Your best bet for pics is simply to Google  each resort (e.g. Marriott Grande Vista), then click on the Marriott.com/hotels.... link which will likely be in one of your top few search results.  When you get to the resort page, click photo gallery in upper right quadrant of resort website and you can see plenty of pics.


----------



## stoler527 (Aug 24, 2013)

I agree that Lakeshore Reserve is probably the best one. I didn't think of it because of never staying there.

If you want photos, I would go to trip advisor. For each resort they have professional photos and photos taken by vacationers.


----------



## TSPam (Aug 24, 2013)

Hi,
Lakeshore is the only one with a lazy river and a slide. You also have access to the much bigger lazy river at the ritz (or maybe the JW. Been there but can't remember which is which) I found that the activities were not as great as at Cypress but that might be because it is a smaller resort. People were great and the villas were lovely.

The palms have access to the Marriott world centre which is great but there are not many activities and almost none at night.

All of the Marriott's are great but they do cater to different groups of people. Harbour Lake is particularly good for pre-schoolers and primary school age children but I find the villas small compared to the other resorts and while everything is close by it feels more cramped than the other resorts.

We will be in Orlando from the end of September until new years and are staying in all of the Marriott resorts except imperial palms and sabal and are staying at Sheraton resort as well. I will try to take pictures and really compare the resorts to each other in this short period of time.


----------



## BocaBoy (Aug 24, 2013)

Grande Vista has a lot of fans, but I think it is rather ordinary.  Decent, but nothing special.  My favorites are Lakeshore Reserve and Sabal Palms.  There are probably TUGGERs who are fans of each Orlando resort.  I would be least likely to go back to Royal Palms because its location on the World Center property is not as good as Sabal Palms.  All seven MVCI Orlando resorts nice.


----------



## javabean (Aug 24, 2013)

If you google the name of a property and then hit "images" on the menu bar you will see plenty of photos, although some may be misrepresented. Also, if you go to tripadvisor.com you can look at photos of each property there. Thirdly, if you do a search here on TUG you can find links to many shots of properties that Tuggers have shared. You can also do a Google Earth "flyover" and view satellite views which will give you an overview of the entire resort complex. If you have a friend who is an MVCI owner you might be able to borrow their password and view the resort maps for each location that are posted on the MVCI owners website. We are Grande Vista owners have stayed at Royal Palms and Cypress Harbor and have done a drive around at each of the other locations. As stated, all properties are different ages and have differing activity levels and theme focus but any would provide a great vacation.


----------



## NYFLTRAVELER (Aug 24, 2013)

Thank you to all.

Traveling with small children (3 and 5) I like the resorts with the many pools and the activities including mini golf, kids center etc.

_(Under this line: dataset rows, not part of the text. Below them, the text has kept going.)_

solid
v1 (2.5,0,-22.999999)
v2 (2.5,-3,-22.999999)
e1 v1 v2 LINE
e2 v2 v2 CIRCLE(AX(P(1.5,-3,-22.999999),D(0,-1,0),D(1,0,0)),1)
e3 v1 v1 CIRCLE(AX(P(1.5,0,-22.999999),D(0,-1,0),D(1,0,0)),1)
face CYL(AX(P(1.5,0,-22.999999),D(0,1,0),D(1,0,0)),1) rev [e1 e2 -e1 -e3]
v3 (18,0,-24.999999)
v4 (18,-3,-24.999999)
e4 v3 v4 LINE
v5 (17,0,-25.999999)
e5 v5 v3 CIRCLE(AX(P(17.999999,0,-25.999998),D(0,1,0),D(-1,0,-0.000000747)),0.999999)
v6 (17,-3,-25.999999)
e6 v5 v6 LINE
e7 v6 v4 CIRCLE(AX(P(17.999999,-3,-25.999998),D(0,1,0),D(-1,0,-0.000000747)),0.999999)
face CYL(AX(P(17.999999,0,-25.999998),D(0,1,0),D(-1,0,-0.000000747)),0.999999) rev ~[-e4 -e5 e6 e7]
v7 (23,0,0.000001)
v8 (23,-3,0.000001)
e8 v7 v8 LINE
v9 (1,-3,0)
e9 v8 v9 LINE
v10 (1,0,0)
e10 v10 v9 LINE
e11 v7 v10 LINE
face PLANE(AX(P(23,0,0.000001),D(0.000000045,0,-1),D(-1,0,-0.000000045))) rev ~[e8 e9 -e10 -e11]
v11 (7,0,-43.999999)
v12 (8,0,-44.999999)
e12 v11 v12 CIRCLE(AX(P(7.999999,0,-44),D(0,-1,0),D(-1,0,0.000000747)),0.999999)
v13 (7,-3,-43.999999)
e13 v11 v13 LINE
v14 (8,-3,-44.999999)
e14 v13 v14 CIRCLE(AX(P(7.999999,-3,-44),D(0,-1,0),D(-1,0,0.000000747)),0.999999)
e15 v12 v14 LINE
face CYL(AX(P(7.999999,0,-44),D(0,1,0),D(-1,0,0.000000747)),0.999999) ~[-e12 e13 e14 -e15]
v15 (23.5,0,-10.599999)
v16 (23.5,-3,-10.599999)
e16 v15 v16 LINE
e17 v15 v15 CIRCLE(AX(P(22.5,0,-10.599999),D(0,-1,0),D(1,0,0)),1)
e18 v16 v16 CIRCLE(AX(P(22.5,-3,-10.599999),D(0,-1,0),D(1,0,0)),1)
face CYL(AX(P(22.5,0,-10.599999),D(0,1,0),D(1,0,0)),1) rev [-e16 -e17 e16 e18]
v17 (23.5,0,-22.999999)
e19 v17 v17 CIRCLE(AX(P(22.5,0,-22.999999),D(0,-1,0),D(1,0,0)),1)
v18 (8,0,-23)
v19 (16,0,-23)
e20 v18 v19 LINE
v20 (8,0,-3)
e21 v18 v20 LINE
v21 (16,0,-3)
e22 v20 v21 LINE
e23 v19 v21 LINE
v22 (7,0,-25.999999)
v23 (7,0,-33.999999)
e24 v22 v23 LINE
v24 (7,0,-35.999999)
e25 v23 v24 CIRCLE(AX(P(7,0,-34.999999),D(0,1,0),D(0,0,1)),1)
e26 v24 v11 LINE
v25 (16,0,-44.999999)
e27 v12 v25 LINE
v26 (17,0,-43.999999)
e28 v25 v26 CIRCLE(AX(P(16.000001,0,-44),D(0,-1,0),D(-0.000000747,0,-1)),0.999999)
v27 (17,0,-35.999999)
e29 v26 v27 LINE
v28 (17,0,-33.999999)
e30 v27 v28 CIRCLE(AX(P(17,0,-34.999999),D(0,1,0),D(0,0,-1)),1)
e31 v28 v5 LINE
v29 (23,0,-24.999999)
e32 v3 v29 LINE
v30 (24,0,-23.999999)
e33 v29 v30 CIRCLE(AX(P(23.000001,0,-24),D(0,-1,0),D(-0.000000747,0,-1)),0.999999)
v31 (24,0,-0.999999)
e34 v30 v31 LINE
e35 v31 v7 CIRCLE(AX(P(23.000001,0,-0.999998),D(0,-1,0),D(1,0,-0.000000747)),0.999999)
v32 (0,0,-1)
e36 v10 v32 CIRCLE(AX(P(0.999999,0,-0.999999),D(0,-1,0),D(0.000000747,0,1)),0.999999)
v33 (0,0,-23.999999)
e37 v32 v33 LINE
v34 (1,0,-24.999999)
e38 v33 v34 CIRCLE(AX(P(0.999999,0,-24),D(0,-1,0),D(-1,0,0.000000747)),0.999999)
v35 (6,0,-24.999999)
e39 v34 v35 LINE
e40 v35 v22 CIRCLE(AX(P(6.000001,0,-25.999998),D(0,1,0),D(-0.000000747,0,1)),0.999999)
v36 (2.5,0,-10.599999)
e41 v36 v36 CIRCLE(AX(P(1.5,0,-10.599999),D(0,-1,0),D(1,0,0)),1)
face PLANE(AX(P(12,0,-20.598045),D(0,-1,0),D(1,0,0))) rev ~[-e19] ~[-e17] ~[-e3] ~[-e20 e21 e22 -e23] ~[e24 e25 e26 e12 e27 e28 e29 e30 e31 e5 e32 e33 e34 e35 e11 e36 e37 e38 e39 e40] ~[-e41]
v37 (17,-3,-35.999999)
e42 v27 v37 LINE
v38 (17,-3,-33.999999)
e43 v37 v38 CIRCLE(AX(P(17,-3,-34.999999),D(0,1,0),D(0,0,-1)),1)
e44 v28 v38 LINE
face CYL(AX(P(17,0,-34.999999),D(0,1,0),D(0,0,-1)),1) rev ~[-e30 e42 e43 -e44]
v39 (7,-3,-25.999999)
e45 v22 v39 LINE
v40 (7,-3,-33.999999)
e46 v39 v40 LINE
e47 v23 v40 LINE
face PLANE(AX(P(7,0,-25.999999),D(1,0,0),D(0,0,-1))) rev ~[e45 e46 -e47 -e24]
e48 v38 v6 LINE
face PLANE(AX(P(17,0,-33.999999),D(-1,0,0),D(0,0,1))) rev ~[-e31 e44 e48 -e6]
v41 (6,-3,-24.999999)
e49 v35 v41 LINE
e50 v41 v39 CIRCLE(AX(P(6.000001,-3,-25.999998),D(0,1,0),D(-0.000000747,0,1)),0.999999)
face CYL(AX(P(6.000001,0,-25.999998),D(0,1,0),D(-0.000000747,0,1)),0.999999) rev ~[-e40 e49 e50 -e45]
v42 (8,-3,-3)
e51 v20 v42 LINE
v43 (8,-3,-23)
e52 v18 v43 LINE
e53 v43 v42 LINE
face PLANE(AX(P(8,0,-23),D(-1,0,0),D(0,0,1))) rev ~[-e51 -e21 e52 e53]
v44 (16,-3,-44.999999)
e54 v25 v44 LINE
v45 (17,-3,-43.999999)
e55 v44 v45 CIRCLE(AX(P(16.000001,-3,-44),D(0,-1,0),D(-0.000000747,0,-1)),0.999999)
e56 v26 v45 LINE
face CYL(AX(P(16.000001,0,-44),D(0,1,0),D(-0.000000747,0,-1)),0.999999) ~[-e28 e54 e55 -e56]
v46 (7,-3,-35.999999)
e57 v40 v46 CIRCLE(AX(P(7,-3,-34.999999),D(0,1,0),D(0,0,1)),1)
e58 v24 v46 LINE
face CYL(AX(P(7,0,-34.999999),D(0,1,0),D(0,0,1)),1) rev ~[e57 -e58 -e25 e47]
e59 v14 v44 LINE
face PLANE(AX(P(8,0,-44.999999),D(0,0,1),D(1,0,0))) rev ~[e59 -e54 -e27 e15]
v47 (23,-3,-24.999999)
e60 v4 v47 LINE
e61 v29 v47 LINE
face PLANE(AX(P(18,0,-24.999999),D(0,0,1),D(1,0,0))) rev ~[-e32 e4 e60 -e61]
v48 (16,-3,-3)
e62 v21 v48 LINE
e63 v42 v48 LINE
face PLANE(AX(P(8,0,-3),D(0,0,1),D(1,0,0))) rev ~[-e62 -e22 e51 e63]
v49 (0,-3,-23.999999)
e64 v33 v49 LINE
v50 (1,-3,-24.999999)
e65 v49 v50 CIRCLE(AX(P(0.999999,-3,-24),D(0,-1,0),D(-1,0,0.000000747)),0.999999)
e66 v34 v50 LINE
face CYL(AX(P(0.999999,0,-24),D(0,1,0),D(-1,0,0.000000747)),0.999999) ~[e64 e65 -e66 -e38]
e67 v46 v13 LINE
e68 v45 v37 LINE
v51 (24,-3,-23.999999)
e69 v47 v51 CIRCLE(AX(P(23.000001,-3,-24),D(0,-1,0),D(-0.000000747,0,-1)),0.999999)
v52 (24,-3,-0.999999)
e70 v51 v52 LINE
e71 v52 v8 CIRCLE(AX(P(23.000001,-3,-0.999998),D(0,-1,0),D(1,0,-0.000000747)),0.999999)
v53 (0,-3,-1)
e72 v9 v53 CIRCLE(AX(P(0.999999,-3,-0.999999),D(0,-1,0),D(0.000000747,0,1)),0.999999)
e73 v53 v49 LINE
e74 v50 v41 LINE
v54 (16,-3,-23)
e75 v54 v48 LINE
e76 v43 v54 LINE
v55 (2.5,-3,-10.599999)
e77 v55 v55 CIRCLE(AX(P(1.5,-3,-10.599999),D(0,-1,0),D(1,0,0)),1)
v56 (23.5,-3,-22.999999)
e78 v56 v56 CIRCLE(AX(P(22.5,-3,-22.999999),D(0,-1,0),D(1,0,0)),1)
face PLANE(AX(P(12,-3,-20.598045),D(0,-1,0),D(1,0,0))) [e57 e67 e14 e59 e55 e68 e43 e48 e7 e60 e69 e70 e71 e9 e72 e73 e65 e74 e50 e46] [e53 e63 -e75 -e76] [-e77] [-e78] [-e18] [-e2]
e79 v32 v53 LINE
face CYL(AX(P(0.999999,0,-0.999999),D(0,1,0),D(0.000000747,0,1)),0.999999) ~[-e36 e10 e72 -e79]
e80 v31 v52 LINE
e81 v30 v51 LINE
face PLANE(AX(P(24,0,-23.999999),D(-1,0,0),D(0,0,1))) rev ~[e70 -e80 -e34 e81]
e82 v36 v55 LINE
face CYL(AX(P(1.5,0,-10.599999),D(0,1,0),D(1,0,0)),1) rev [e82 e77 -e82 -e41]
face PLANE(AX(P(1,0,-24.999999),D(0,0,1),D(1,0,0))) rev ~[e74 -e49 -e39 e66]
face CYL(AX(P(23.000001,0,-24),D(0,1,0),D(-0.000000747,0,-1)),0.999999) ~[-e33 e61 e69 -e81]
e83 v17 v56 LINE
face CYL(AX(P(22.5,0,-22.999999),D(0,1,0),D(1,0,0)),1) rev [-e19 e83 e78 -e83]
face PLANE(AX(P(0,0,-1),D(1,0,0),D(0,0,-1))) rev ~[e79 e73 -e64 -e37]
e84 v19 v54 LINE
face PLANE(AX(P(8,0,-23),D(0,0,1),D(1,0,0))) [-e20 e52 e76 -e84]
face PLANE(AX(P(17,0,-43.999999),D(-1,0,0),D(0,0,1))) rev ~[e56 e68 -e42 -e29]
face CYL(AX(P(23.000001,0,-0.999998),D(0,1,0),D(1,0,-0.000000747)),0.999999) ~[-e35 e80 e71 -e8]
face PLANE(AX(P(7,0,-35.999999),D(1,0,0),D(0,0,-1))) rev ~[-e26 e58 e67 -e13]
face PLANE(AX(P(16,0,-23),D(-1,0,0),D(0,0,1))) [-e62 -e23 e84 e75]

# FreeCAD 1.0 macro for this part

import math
import FreeCAD as App
import Part
import Sketcher
from FreeCAD import Vector
Q = App.Units.Quantity


def add_polygon(sketch, points):
    """Adds a closed chain of lines whose ends are joined by coincident constraints."""
    first, n = sketch.GeometryCount, len(points)
    for a, b in zip(points, points[1:] + points[:1]):
        sketch.addGeometry(Part.LineSegment(App.Vector(*a, 0), App.Vector(*b, 0)), False)
    for i in range(n):
        sketch.addConstraint(Sketcher.Constraint("Coincident", first + i, 2, first + (i + 1) % n, 1))

doc = App.newDocument("Part")
body = doc.addObject("PartDesign::Body", "Body")

sketch1 = doc.addObject("Sketcher::SketchObject", "Sketch")
body.addObject(sketch1)
sketch1.AttachmentSupport = (doc.XZ_Plane, [""])
sketch1.MapMode = "FlatFace"
sketch1.addGeometry(Part.LineSegment(Vector(23, 0.000001, 0), Vector(1, 0, 0)), False)
sketch1.addGeometry(Part.ArcOfCircle(Part.Circle(Vector(0.999999, -0.999999, 0), Vector(0, 0, 1), 0.999999), math.radians(89.999957), math.radians(180.000043)), False)
sketch1.addGeometry(Part.LineSegment(Vector(0, -1, 0), Vector(0, -23.999999, 0)), False)
sketch1.addGeometry(Part.ArcOfCircle(Part.Circle(Vector(0.999999, -24, 0), Vector(0, 0, 1), 0.999999), math.radians(179.999957), math.radians(270.000043)), False)
sketch1.addGeometry(Part.LineSegment(Vector(1, -24.999999, 0), Vector(6, -24.999999, 0)), False)
sketch1.addGeometry(Part.ArcOfCircle(Part.Circle(Vector(6.000001, -25.999998, 0), Vector(0, 0, 1), 0.999999), math.radians(-0.000043), math.radians(90.000043)), False)
sketch1.addGeometry(Part.LineSegment(Vector(7, -25.999999, 0), Vector(7, -33.999999, 0)), False)
sketch1.addGeometry(Part.ArcOfCircle(Part.Circle(Vector(7, -34.999999, 0), Vector(0, 0, 1), 1), math.radians(-90), math.radians(90)), False)
sketch1.addGeometry(Part.LineSegment(Vector(7, -35.999999, 0), Vector(7, -43.999999, 0)), False)
sketch1.addGeometry(Part.ArcOfCircle(Part.Circle(Vector(7.999999, -44, 0), Vector(0, 0, 1), 0.999999), math.radians(179.999957), math.radians(270.000043)), False)
sketch1.addGeometry(Part.LineSegment(Vector(8, -44.999999, 0), Vector(16, -44.999999, 0)), False)
sketch1.addGeometry(Part.ArcOfCircle(Part.Circle(Vector(16.000001, -44, 0), Vector(0, 0, 1), 0.999999), math.radians(-90.000043), math.radians(0.000043)), False)
sketch1.addGeometry(Part.LineSegment(Vector(17, -43.999999, 0), Vector(17, -35.999999, 0)), False)
sketch1.addGeometry(Part.ArcOfCircle(Part.Circle(Vector(17, -34.999999, 0), Vector(0, 0, 1), 1), math.radians(90), math.radians(270)), False)
sketch1.addGeometry(Part.LineSegment(Vector(17, -33.999999, 0), Vector(17, -25.999999, 0)), False)
sketch1.addGeometry(Part.ArcOfCircle(Part.Circle(Vector(17.999999, -25.999998, 0), Vector(0, 0, 1), 0.999999), math.radians(89.999957), math.radians(180.000043)), False)
sketch1.addGeometry(Part.LineSegment(Vector(18, -24.999999, 0), Vector(23, -24.999999, 0)), False)
sketch1.addGeometry(Part.ArcOfCircle(Part.Circle(Vector(23.000001, -24, 0), Vector(0, 0, 1), 0.999999), math.radians(-90.000043), math.radians(0.000043)), False)
sketch1.addGeometry(Part.LineSegment(Vector(24, -23.999999, 0), Vector(24, -0.999999, 0)), False)
sketch1.addGeometry(Part.ArcOfCircle(Part.Circle(Vector(23.000001, -0.999998, 0), Vector(0, 0, 1), 0.999999), math.radians(-0.000043), math.radians(90.000043)), False)
sketch1.addGeometry(Part.Circle(Vector(1.5, -22.999999, 0), Vector(0, 0, 1), 1), False)
sketch1.addGeometry(Part.Circle(Vector(22.5, -22.999999, 0), Vector(0, 0, 1), 1), False)
sketch1.addGeometry(Part.Circle(Vector(1.5, -10.599999, 0), Vector(0, 0, 1), 1), False)
add_polygon(sketch1, [(16, -23), (8, -23), (8, -3), (16, -3)])
sketch1.addGeometry(Part.Circle(Vector(22.5, -10.599999, 0), Vector(0, 0, 1), 1), False)
sketch1.addConstraint([
    Sketcher.Constraint("Tangent", 0, 2, 1, 1),
    Sketcher.Constraint("Tangent", 1, 2, 2, 1),
    Sketcher.Constraint("Tangent", 2, 2, 3, 1),
    Sketcher.Constraint("Tangent", 3, 2, 4, 1),
    Sketcher.Constraint("Tangent", 4, 2, 5, 2),
    Sketcher.Constraint("Tangent", 5, 1, 6, 1),
    Sketcher.Constraint("Coincident", 6, 2, 7, 2),
    Sketcher.Constraint("Coincident", 7, 1, 8, 1),
    Sketcher.Constraint("Tangent", 8, 2, 9, 1),
    Sketcher.Constraint("Tangent", 9, 2, 10, 1),
    Sketcher.Constraint("Tangent", 10, 2, 11, 1),
    Sketcher.Constraint("Tangent", 11, 2, 12, 1),
    Sketcher.Constraint("Coincident", 12, 2, 13, 2),
    Sketcher.Constraint("Coincident", 13, 1, 14, 1),
    Sketcher.Constraint("Tangent", 14, 2, 15, 2),
    Sketcher.Constraint("Tangent", 15, 1, 16, 1),
    Sketcher.Constraint("Tangent", 16, 2, 17, 1),
    Sketcher.Constraint("Tangent", 17, 2, 18, 1),
    Sketcher.Constraint("Tangent", 18, 2, 19, 1),
    Sketcher.Constraint("Tangent", 19, 2, 0, 1),
    Sketcher.Constraint("Horizontal", 0),
    Sketcher.Constraint("Vertical", 2),
    Sketcher.Constraint("Horizontal", 4),
    Sketcher.Constraint("Vertical", 6),
    Sketcher.Constraint("Vertical", 8),
    Sketcher.Constraint("Horizontal", 10),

We will check them out next year.


----------



## stoler527 (Aug 24, 2013)

A big advantage for us of the Royal Palms is that it has elevators.

Sabal Palms does not, even though its location on the grounds is better.

Anyone with bad knees or small children will have a better vacation if they are not struggling up and down steps.


----------



## Fasttr (Aug 24, 2013)

javabean said:


> If you have a friend who is an MVCI owner you might be able to borrow their password and view the resort maps for each location that are posted on the MVCI owners website.



Or, you can rely on your great TUG friends like dioxide45 who has accumulated all of the Marriott resort layout maps in one thread for easy viewing.  Click here


----------



## GregT (Aug 24, 2013)

The only one we've stayed at was Cypress Harbour and we thought it was charming.  It was an easy trade for us -- trading Worldmark to access it, and we were even going for Spring Break week.

If Orlando is going to be a regular destination for you, then it is easily rented or traded, and you likely wouldn't need a top tier trader like Newport Coast Villas to trade for it.

Just something to thing about -- many of us like to uptrade and Orlando is very accessible.   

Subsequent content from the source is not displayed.